Development and verification of the PAM50-based Prosigna breast cancer gene signature assay

Brett Wallden, James Storhoff, Torsten Nielsen, Naeem Dowidar, Carl Schaper, Sean Ferree, Shuzhen Liu, Samuel Leung, Gary Geiss, Jacqueline Snider, Tammi Vickery, Sherri R Davies, Elaine R Mardis, Michael Gnant, Ivana Sestak, Matthew J Ellis, Charles M Perou, Philip S Bernard, Joel S Parker, Brett Wallden, James Storhoff, Torsten Nielsen, Naeem Dowidar, Carl Schaper, Sean Ferree, Shuzhen Liu, Samuel Leung, Gary Geiss, Jacqueline Snider, Tammi Vickery, Sherri R Davies, Elaine R Mardis, Michael Gnant, Ivana Sestak, Matthew J Ellis, Charles M Perou, Philip S Bernard, Joel S Parker

Abstract

Background: The four intrinsic subtypes of breast cancer, defined by differential expression of 50 genes (PAM50), have been shown to be predictive of risk of recurrence and benefit of hormonal therapy and chemotherapy. Here we describe the development of Prosigna™, a PAM50-based subtype classifier and risk model on the NanoString nCounter Dx Analysis System intended for decentralized testing in clinical laboratories.

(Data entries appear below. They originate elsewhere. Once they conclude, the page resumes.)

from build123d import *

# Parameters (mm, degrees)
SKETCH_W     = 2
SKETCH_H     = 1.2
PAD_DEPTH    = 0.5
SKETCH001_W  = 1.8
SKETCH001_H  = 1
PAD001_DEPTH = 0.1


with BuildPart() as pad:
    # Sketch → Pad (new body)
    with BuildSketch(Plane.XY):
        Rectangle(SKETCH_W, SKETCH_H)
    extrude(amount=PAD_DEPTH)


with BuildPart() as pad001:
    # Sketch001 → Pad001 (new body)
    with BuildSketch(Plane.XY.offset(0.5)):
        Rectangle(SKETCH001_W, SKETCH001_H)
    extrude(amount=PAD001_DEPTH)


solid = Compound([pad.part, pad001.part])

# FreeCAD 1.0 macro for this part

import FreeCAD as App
import Part
import Sketcher
from FreeCAD import Vector
Q = App.Units.Quantity


def add_polygon(sketch, points):
    """Adds a closed chain of lines whose ends are joined by coincident constraints."""
    first, n = sketch.GeometryCount, len(points)
    for a, b in zip(points, points[1:] + points[:1]):
        sketch.addGeometry(Part.LineSegment(App.Vector(*a, 0), App.Vector(*b, 0)), False)
    for i in range(n):
        sketch.addConstraint(Sketcher.Constraint("Coincident", first + i, 2, first + (i + 1) % n, 1))

doc = App.newDocument("Part")
body = doc.addObject("PartDesign::Body", "Body")

# Sketch on XY plane
sketch1 = doc.addObject("Sketcher::SketchObject", "Sketch")
body.addObject(sketch1)
sketch1.AttachmentSupport = (doc.XY_Plane, [""])
sketch1.MapMode = "FlatFace"
add_polygon(sketch1, [(-1, 0.6), (-1, -0.6), (1, -0.6), (1, 0.6)])  # lines 0-3
sketch1.addConstraint([
    Sketcher.Constraint("Vertical", 0),
    Sketcher.Constraint("Horizontal", 1),
    Sketcher.Constraint("Vertical", 2),
    Sketcher.Constraint("Horizontal", 3),
    Sketcher.Constraint("Symmetric", 0, 2, 2, 2, -1, 1),
    Sketcher.Constraint("DistanceX", 1, 1, 1, 2, Q("2 mm")),
    Sketcher.Constraint("DistanceY", 0, 2, 0, 1, Q("1.2 mm")),
])
pad1 = doc.addObject("PartDesign::Pad", "Pad")
body.addObject(pad1)
pad1.Profile = sketch1
pad1.Length = 0.5
body2 = doc.addObject("PartDesign::Body", "Body001")

# Sketch on XY plane
sketch2 = doc.addObject("Sketcher::SketchObject", "Sketch001")
body2.addObject(sketch2)
sketch2.AttachmentSupport = (doc.getObject("XY_Plane001"), [""])
sketch2.MapMode = "FlatFace"
sketch2.AttachmentOffset = App.Placement(Vector(0, 0, 0.5), App.Rotation())
add_polygon(sketch2, [(-0.9, 0.5), (-0.9, -0.5), (0.9, -0.5), (0.9, 0.5)])  # lines 0-3
sketch2.addConstraint([
    Sketcher.Constraint("Vertical", 0),
    Sketcher.Constraint("Horizontal", 1),
    Sketcher.Constraint("Vertical", 2),
    Sketcher.Constraint("Horizontal", 3),
    Sketcher.Constraint("Symmetric", 0, 2, 2, 2, -1, 1),
    Sketcher.Constraint("DistanceY", 0, 2, 0, 1, Q("1 mm")),
    Sketcher.Constraint("DistanceX", 1, 1, 1, 2, Q("1.8 mm")),
])
pad2 = doc.addObject("PartDesign::Pad", "Pad001")
body2.addObject(pad2)
pad2.Profile = sketch2
pad2.Length = 0.1

doc.recompute()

Methods: 514 formalin-fixed, paraffin-embedded (FFPE) breast cancer patient samples were used to train prototypical centroids for each of the intrinsic subtypes of breast cancer on the NanoString platform. Hierarchical cluster analysis of gene expression data was used to identify the prototypical centroids defined in previous PAM50 algorithm training exercises. 304 FFPE patient samples from a well annotated clinical cohort in the absence of adjuvant systemic therapy were then used to train a subtype-based risk model (i.e. Prosigna ROR score). 232 samples from a tamoxifen-treated patient cohort were used to verify the prognostic accuracy of the algorithm prior to initiating clinical validation studies.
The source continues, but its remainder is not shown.